In her third full-length collection, Invitatory, Molly mines the liminal for a deeper understanding of that larger world. Her tools here are not chisel and pickaxe but line and language. Returning again and again to thresholds, to spaces of departure and approach, the poems are recursive and generative all at once, allowing readers to linger amid its rich imagistic spaces.
It was a pleasure to spend time with Molly on Zoom last month to discuss this incandescent new work.
This conversation has been edited for clarity and length.
Marisa Siegel
Where did Invitatory begin—or more generally, how does a collection come together for you?
Molly Spencer
It's always hard for me to talk about where or when a group of poems starts becoming a manuscript or how a collection comes together, because of course you don't really know when you first start working on a set of poems that might be in conversation with each other what might come of it. It takes me a while to get to the point where I think, Yes, this might turn into a book. My first impulse is to resist. To not write the poem, and then to not write the next poem—to not write the collection. But if the poems won't leave me alone, I relent.
Marisa Siegel
Is that resistance about self-doubt, or is it part of your crafting process?
Molly Spencer
The way a poem usually arrives for me is, as I'm reading or walking through my neighborhood, some language, or sometimes an image, will arrive and stick in my brain. I think of them as scraps of language or image that present themselves to me. When this happens my first impulse is to think, I'm not writing that.
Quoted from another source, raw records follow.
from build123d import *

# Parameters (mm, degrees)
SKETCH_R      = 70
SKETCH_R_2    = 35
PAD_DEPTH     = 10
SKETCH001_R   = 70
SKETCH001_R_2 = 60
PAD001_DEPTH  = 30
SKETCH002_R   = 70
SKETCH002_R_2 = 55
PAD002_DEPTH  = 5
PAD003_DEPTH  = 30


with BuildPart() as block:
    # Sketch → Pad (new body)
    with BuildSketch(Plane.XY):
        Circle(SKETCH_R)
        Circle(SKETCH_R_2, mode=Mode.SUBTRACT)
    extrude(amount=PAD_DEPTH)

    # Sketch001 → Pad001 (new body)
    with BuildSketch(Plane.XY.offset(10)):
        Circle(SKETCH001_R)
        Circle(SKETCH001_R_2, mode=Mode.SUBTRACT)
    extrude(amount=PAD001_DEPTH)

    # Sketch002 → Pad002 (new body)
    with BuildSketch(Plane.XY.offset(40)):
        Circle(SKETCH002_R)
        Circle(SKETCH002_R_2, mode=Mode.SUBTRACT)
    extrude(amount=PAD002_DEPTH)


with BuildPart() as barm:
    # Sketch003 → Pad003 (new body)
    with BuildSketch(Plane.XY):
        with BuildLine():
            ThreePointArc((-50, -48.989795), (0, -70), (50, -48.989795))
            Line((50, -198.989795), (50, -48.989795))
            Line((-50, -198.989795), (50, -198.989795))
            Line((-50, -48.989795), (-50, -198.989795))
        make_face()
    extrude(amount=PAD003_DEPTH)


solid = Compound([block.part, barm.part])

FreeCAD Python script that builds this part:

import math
import FreeCAD as App
import Part
import Sketcher
Q = App.Units.Quantity

doc = App.newDocument("Part")
body = doc.addObject("PartDesign::Body", "Body")

# Sketch on XY plane
sketch1 = body.newObject("Sketcher::SketchObject", "Sketch")
sketch1.AttachmentSupport = (doc.getObject("XY_Plane"), [""])
sketch1.MapMode = "FlatFace"
sketch1.addGeometry([
    Part.Circle(App.Vector(0, 0, 0), App.Vector(0, 0, 1), 70),
    Part.Circle(App.Vector(0, 0, 0), App.Vector(0, 0, 1), 35),
], False)
sketch1.addConstraint([
    Sketcher.Constraint("Coincident", 0, 3, -1, 1),
    Sketcher.Constraint("Coincident", 1, 3, -1, 1),
    Sketcher.Constraint("Diameter", 0, Q("140 mm")),
    Sketcher.Constraint("Diameter", 1, Q("70 mm")),
])
pad1 = body.newObject("PartDesign::Pad", "Pad")
pad1.Profile = sketch1
pad1.Length = 10

# Sketch on XY plane
sketch2 = body.newObject("Sketcher::SketchObject", "Sketch001")
sketch2.AttachmentSupport = (doc.getObject("XY_Plane"), [""])
sketch2.MapMode = "FlatFace"
sketch2.AttachmentOffset = App.Placement(App.Vector(0, 0, 10), App.Rotation())
sketch2.addGeometry([
    Part.Circle(App.Vector(0, 0, 0), App.Vector(0, 0, 1), 70),
    Part.Circle(App.Vector(0, 0, 0), App.Vector(0, 0, 1), 60),
], False)
sketch2.addConstraint([
    Sketcher.Constraint("Coincident", 0, 3, -1, 1),
    Sketcher.Constraint("Coincident", 1, 3, -1, 1),
    Sketcher.Constraint("Diameter", 0, Q("140 mm")),
    Sketcher.Constraint("Diameter", 1, Q("120 mm")),
])
pad2 = body.newObject("PartDesign::Pad", "Pad001")
pad2.Profile = sketch2
pad2.Length = 30

# Sketch on XY plane
sketch3 = body.newObject("Sketcher::SketchObject", "Sketch002")
sketch3.AttachmentSupport = (doc.getObject("XY_Plane"), [""])
sketch3.MapMode = "FlatFace"
sketch3.AttachmentOffset = App.Placement(App.Vector(0, 0, 40), App.Rotation())
sketch3.addGeometry([
    Part.Circle(App.Vector(0, 0, 0), App.Vector(0, 0, 1), 70),
    Part.Circle(App.Vector(0, 0, 0), App.Vector(0, 0, 1), 55),
], False)
sketch3.addConstraint([
    Sketcher.Constraint("Coincident", 0, 3, -1, 1),
    Sketcher.Constraint("Coincident", 1, 3, -1, 1),
    Sketcher.Constraint("Diameter", 0, Q("140 mm")),
    Sketcher.Constraint("Diameter", 1, Q("110 mm")),
])
pad3 = body.newObject("PartDesign::Pad", "Pad002")
pad3.Profile = sketch3
pad3.Length = 5
body2 = doc.addObject("PartDesign::Body", "Body001")

# Sketch on XY plane
sketch4 = body2.newObject("Sketcher::SketchObject", "Sketch003")
sketch4.AttachmentSupport = (doc.getObject("XY_Plane001"), [""])
sketch4.MapMode = "FlatFace"
sketch4.addGeometry([
    Part.ArcOfCircle(Part.Circle(App.Vector(0, 0, 0), App.Vector(0, 0, 1), 70), math.radians(-135.584691), math.radians(-44.415309)),
    Part.LineSegment(App.Vector(-50, -48.989795, 0), App.Vector(-50, -198.989795, 0)),
    Part.LineSegment(App.Vector(-50, -198.989795, 0), App.Vector(50, -198.989795, 0)),
    Part.LineSegment(App.Vector(50, -198.989795, 0), App.Vector(50, -48.989795, 0)),
], False)
sketch4.addConstraint([
    Sketcher.Constraint("Coincident", 0, 1, 1, 1),
    Sketcher.Constraint("Coincident", 1, 2, 2, 1),
    Sketcher.Constraint("Coincident", 2, 2, 3, 1),
    Sketcher.Constraint("Coincident", 3, 2, 0, 2),
    Sketcher.Constraint("Vertical", 1),
    Sketcher.Constraint("Horizontal", 2),
    Sketcher.Constraint("Vertical", 3),
    Sketcher.Constraint("Coincident", 0, 3, -1, 1),
    Sketcher.Constraint("Horizontal", 0, 1, 3, 2),
    Sketcher.Constraint("Radius", 0, Q("70 mm")),
    Sketcher.Constraint("DistanceX", 2, 1, 2, 2, Q("100 mm")),
    Sketcher.Constraint("DistanceY", 1, 2, 1, 1, Q("150 mm")),
])
pad4 = body2.newObject("PartDesign::Pad", "Pad003")
pad4.Profile = sketch4
pad4.Length = 30

doc.recompute()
I don't trust an idea if it goes away after that initial resistance, but I know I have to write something when the scrap of language or image won't leave me alone. I really don't feel like I need to write a poem for every bit of language or every image; like most poets, language and image follow me constantly. I think my resistance filters out much of what wouldn't cohere into a collection.
Marisa Siegel
What makes a certain scrap of language stick?
Molly Spencer
I don't need to feel a personal connection to the language, but I need to be interested in it. I think this often means it's an unexpected bit of language or image—it needs to be a little strange. It has to bother me enough to convince me that the only way to stop it from bothering me is to engage with it in writing.
The first scrap of language that came to me in what became Invitatory is in the first of the "Invitatory" series, which begins, "Considering our momentary nearness." That language arrived on a night in 2010 on which the Earth and Jupiter were closer to each other than they would be again until 2022. I'd just put my little ones to bed, and went outside to see if I could find Jupiter in the night sky, and these words presented themselves to me. And persisted.
Marisa Siegel
The eponymous series of "Invitatory" poems is at the heart of the book. What is the Invitatory?
Molly Spencer
The Invitatory is part of the Roman Catholic Liturgy of the Hours, a cycle of prayers said throughout the day; it's a morning psalm, the day's first call to believers to come before the sacred.
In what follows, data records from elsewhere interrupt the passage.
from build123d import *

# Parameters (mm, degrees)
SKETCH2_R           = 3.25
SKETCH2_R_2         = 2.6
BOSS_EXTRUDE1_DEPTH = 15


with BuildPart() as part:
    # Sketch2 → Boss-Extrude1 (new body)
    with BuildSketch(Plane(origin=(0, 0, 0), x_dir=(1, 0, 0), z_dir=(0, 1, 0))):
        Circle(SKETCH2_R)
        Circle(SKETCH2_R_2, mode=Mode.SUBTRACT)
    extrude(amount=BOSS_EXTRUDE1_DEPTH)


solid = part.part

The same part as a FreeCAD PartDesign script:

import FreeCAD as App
import Part
import Sketcher
from FreeCAD import Vector

doc = App.newDocument("Part")
body = doc.addObject("PartDesign::Body", "Body")

# Sketch on XZ plane
sketch1 = body.newObject("Sketcher::SketchObject", "Sketch")
sketch1.AttachmentSupport = (doc.getObject("XZ_Plane"), [""])
sketch1.MapMode = "FlatFace"
sketch1.addGeometry([
    Part.Circle(Vector(0, 0, 0), Vector(0, 0, 1), 3.25),
    Part.Circle(Vector(0, 0, 0), Vector(0, 0, 1), 2.6),
], False)
sketch1.addConstraint([
    Sketcher.Constraint("Coincident", 0, 3, -1, 1),
    Sketcher.Constraint("Coincident", 1, 3, -1, 1),
    Sketcher.Constraint("Diameter", 0, 6.5),
    Sketcher.Constraint("Diameter", 1, 5.2),
])
pad1 = body.newObject("PartDesign::Pad", "Pad")
pad1.Profile = sketch1
pad1.Length = 15
pad1.Reversed = True

doc.recompute()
I resisted making Invitatory the book's title. I knew that many readers wouldn't know what it was; many Catholics don't! But it is the title that best fits the collection because it speaks to a drawing together, an invitation to live deeply and intentionally; to confront the world—both its beauty and its horrors—and ourselves in it. My way of doing that is through language and the craft of poetry.
Marisa Siegel
Do you imagine a future reader when you're composing?
Molly Spencer
No. I follow the language. I work toward what the poem is asking to be, not what potential readers or I want it to be.
Marisa Siegel
I'm looking at the thesaurus behind you and wondering, too, if it ever looks like research?
Molly Spencer
[Laughs] I do so much etymological research! It's a very generative source for me and it's also an important revision tool.
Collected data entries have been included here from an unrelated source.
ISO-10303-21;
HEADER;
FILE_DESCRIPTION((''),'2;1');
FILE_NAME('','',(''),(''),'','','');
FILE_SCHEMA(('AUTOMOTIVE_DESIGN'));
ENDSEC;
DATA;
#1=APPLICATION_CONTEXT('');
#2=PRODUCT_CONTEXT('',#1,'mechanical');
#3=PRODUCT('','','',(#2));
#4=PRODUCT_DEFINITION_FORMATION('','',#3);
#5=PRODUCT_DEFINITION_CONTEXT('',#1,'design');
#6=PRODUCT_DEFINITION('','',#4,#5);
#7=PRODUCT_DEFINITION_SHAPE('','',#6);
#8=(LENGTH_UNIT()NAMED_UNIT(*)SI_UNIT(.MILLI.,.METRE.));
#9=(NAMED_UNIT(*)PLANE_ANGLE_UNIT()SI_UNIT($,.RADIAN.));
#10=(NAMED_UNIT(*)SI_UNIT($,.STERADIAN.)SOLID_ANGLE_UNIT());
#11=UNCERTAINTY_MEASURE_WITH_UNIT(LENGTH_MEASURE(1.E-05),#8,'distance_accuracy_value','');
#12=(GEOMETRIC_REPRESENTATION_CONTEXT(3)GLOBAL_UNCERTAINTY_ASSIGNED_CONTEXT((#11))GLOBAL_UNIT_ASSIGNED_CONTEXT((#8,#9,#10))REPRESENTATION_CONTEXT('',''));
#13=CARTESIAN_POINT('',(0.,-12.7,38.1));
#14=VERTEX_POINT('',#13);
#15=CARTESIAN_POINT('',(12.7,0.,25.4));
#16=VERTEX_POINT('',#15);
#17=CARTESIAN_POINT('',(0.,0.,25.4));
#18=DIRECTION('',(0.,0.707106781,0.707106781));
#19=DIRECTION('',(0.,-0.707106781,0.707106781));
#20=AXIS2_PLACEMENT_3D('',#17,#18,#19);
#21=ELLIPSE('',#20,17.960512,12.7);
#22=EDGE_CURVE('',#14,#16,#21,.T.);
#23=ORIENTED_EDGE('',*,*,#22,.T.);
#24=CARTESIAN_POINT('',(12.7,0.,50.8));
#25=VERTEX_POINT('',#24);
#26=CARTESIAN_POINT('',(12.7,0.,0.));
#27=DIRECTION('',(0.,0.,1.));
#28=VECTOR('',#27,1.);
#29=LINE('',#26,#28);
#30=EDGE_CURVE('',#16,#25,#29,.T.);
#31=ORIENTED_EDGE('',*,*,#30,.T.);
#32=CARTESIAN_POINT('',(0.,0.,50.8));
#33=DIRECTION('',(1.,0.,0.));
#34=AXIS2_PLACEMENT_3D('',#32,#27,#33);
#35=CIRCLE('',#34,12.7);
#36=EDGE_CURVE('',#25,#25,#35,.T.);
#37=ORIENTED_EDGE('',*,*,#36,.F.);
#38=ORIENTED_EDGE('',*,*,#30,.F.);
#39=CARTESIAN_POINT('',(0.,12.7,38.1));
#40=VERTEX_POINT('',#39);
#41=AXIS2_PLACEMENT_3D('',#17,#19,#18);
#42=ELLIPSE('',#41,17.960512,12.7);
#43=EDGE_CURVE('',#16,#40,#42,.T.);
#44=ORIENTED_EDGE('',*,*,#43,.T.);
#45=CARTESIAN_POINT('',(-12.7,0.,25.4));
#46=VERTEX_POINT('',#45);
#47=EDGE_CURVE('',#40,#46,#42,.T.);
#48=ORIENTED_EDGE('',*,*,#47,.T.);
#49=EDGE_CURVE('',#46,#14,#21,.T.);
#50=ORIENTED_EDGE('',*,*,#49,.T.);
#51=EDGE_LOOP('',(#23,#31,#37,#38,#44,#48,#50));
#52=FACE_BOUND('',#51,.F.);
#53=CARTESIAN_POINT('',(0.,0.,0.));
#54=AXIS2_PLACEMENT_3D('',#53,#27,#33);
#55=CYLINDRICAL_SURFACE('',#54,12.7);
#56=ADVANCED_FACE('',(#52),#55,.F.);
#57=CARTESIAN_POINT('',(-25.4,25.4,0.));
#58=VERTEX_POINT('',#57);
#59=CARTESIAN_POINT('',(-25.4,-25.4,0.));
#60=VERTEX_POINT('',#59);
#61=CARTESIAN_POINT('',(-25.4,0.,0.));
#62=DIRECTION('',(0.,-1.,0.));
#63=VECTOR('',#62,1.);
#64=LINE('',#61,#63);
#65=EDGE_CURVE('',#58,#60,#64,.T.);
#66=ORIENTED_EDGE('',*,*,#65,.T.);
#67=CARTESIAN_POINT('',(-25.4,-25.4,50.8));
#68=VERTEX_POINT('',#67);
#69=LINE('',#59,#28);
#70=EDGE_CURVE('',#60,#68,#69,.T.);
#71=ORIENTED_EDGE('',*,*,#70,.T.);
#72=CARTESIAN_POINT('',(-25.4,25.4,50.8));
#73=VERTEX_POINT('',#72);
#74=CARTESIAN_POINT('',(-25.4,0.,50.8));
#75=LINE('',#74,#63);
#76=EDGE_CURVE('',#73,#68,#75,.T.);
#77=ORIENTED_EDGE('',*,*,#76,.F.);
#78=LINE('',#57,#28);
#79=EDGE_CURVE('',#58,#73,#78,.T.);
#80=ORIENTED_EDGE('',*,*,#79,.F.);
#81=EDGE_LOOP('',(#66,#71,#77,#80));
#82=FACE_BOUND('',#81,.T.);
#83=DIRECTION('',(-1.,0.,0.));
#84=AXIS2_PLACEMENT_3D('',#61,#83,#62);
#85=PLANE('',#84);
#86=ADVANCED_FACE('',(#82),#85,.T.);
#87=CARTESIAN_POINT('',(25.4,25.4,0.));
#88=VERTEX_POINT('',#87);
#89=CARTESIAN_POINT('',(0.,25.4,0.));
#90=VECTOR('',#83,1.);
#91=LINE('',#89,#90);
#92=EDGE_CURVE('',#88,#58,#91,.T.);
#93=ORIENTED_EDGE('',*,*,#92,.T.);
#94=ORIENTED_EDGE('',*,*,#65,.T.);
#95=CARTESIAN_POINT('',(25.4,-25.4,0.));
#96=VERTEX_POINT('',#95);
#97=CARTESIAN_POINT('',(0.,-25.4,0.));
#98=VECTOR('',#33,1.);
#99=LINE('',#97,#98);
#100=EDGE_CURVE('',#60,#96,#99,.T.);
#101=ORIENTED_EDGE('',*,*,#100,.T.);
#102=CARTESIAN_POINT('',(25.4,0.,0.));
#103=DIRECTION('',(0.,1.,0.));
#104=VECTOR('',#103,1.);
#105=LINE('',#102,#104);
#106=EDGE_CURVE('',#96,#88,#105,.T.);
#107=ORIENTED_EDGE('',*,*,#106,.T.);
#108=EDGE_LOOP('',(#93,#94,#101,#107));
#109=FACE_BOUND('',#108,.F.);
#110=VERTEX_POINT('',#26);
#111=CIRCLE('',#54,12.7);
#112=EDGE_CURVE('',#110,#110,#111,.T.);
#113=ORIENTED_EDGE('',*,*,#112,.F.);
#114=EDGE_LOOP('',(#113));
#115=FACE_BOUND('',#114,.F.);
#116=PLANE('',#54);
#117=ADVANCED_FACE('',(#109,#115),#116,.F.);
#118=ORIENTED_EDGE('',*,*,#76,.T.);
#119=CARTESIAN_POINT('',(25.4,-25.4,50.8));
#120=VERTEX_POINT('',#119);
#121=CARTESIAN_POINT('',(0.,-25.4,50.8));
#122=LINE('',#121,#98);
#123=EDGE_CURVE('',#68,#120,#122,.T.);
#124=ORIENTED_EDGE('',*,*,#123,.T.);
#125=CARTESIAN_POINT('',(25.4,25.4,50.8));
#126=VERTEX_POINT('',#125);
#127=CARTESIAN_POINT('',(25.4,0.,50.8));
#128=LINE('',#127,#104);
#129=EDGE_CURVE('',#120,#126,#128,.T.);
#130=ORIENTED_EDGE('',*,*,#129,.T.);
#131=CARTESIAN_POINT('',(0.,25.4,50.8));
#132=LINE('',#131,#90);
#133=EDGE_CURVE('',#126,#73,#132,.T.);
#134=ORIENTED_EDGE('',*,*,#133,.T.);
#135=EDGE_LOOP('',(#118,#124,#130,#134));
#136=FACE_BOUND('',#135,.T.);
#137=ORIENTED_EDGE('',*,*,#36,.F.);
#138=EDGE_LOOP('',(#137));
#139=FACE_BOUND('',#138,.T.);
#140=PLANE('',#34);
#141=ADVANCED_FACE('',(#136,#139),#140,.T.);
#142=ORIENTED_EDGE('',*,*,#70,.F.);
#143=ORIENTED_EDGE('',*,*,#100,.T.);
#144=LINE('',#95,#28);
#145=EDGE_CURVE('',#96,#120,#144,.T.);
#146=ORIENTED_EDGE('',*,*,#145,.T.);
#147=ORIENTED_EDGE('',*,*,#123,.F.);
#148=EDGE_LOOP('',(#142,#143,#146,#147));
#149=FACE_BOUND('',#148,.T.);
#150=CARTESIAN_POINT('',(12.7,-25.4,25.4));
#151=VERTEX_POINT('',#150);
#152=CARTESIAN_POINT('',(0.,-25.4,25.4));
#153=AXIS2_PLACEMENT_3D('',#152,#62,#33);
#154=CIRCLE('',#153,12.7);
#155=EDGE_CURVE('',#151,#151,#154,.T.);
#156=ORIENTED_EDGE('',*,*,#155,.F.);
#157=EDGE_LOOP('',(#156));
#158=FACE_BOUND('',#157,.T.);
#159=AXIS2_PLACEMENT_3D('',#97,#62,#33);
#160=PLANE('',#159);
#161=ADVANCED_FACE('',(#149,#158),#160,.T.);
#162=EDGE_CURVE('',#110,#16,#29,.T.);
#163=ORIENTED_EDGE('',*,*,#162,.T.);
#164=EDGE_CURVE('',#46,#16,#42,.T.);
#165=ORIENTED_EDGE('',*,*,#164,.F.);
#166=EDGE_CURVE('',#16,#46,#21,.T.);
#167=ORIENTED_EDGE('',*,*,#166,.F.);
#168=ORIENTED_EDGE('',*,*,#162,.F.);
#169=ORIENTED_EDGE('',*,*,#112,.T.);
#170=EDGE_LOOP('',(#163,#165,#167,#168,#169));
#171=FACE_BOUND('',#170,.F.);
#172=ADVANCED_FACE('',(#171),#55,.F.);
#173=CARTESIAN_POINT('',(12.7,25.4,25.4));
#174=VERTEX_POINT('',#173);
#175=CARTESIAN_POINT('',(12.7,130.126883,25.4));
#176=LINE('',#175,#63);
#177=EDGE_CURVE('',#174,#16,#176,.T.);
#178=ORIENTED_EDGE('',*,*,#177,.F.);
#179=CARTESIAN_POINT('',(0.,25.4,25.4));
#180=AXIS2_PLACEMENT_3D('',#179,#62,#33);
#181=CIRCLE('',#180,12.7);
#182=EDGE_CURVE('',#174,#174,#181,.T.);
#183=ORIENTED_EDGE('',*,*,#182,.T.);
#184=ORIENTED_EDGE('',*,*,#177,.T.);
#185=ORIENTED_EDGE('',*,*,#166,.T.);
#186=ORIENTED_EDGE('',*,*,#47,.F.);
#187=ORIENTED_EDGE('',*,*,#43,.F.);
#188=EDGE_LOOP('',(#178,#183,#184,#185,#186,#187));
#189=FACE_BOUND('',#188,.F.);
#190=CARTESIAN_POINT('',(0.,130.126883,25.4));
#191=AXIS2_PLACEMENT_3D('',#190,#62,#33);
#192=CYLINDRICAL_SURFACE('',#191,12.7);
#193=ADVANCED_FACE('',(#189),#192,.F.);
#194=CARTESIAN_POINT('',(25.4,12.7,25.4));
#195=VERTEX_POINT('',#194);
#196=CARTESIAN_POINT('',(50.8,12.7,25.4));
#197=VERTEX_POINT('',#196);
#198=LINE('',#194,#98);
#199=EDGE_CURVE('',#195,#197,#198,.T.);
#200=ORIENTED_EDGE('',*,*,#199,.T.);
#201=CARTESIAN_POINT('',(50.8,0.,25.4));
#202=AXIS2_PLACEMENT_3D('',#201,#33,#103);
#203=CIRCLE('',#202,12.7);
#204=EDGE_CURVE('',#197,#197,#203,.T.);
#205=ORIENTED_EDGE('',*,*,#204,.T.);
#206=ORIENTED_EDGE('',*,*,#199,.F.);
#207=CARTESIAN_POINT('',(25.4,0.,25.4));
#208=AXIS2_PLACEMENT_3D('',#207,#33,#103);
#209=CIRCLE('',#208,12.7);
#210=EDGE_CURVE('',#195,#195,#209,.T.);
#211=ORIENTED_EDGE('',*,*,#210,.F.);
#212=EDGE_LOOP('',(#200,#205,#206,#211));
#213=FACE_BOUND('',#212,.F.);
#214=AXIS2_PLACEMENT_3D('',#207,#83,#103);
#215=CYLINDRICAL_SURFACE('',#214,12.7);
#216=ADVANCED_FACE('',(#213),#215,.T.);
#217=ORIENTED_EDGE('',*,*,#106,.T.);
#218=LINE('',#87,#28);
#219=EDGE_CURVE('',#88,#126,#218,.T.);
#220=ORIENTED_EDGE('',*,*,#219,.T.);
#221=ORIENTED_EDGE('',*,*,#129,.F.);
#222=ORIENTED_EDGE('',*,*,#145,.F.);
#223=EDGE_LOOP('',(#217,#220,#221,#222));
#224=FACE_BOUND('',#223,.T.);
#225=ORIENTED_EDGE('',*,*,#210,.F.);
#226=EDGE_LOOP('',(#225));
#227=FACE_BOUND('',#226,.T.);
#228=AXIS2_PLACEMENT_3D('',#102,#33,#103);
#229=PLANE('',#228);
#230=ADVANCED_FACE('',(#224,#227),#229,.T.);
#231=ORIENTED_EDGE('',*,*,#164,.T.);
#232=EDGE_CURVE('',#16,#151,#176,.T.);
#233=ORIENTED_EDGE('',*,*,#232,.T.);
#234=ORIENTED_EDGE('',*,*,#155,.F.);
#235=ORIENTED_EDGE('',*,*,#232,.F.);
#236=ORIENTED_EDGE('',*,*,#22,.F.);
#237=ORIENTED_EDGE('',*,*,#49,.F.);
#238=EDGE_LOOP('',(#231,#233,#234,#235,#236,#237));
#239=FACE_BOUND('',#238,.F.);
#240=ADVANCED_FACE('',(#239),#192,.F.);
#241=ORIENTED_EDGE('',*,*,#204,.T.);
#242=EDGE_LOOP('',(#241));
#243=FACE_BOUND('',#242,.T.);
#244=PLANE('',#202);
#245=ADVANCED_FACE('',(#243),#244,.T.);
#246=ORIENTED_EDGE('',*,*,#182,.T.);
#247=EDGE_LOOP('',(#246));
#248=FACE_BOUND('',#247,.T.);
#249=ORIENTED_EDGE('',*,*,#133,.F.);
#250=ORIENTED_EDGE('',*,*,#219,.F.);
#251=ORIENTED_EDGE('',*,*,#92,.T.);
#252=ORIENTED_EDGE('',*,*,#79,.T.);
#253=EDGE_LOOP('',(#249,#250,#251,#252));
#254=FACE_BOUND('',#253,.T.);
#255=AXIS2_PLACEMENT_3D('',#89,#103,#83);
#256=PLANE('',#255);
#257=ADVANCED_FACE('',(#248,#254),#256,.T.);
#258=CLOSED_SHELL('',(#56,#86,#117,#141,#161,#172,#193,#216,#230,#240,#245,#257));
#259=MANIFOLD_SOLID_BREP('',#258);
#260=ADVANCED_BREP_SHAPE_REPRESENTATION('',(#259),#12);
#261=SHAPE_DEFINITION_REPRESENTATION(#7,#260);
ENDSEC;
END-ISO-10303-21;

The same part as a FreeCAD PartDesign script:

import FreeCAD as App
import Part
import Sketcher
Q = App.Units.Quantity


def add_polygon(sketch, points):
    """Adds a closed chain of lines whose ends are joined by coincident constraints."""
    first, n = sketch.GeometryCount, len(points)
    for a, b in zip(points, points[1:] + points[:1]):
        sketch.addGeometry(Part.LineSegment(App.Vector(*a, 0), App.Vector(*b, 0)), False)
    for i in range(n):
        sketch.addConstraint(Sketcher.Constraint("Coincident", first + i, 2, first + (i + 1) % n, 1))

doc = App.newDocument("Part")
body = doc.addObject("PartDesign::Body", "Body")

# Sketch on XY plane
sketch1 = body.newObject("Sketcher::SketchObject", "Sketch")
sketch1.AttachmentSupport = (doc.getObject("XY_Plane"), [""])
sketch1.MapMode = "FlatFace"
add_polygon(sketch1, [(-25, 25), (-25, -25), (25, -25), (25, 25)])  # lines 0-3
sketch1.addGeometry(Part.Circle(App.Vector(0, 0, 0), App.Vector(0, 0, 1), 13), False)  # 4
sketch1.addConstraint(Sketcher.Constraint("Vertical", 0))
sketch1.addConstraint(Sketcher.Constraint("Horizontal", 1))
sketch1.addConstraint(Sketcher.Constraint("Vertical", 2))
sketch1.addConstraint(Sketcher.Constraint("Horizontal", 3))
sketch1.addConstraint(Sketcher.Constraint("Coincident", 4, 3, -1, 1))
sketch1.addConstraint(Sketcher.Constraint("Symmetric", 0, 2, 2, 2, -1, 1))
sketch1.addConstraint(Sketcher.Constraint("Equal", 3, 0))
sketch1.addConstraint(Sketcher.Constraint("Diameter", 4, Q("1 in")))
sketch1.addConstraint(Sketcher.Constraint("DistanceX", 1, 1, 1, 2, Q("2 in")))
For many of the poems in this collection, especially the "Invitatory" series, I also ended up doing historical research—which mainly means that I came across an interesting piece of information and read more about it. Each of the "Invitatory" poems is informed by either something that was happening in the world when I wrote it, or some historical fact that caught my attention. The migration crisis is present in more than one poem. I came across an article on the oldest human-woven garment that archaeologists had found, and so another poem began with that idea clinking around in my head. Some of the poems began with geological phenomena: when we lived in California, we'd get a little shake every now and then—nothing major—and so one poem grew out of one of those little earthquakes—the jolt under my feet as I was preparing dinner and listening to NPR report the death count in Afghanistan.
So, perhaps it's not strictly historical research but an attentiveness to what is happening at the moment, to what catches my interest as I move through my days.
Marisa Siegel
Talk to me about the natural landscapes that appear in Invitatory.
Molly Spencer
As a Michigander who grew up spending summers camping at the shore of what we call "the big lake" (Lake Michigan), the Michigan landscape is certainly present. Also present is the landscape of the Oregon coast; I'd vacation there with my kids when we lived in California. The near obliteration I felt as a kid staring out at the horizon at Lake Michigan, and now feel standing at the edge of the Pacific, is an animating force in Invitatory.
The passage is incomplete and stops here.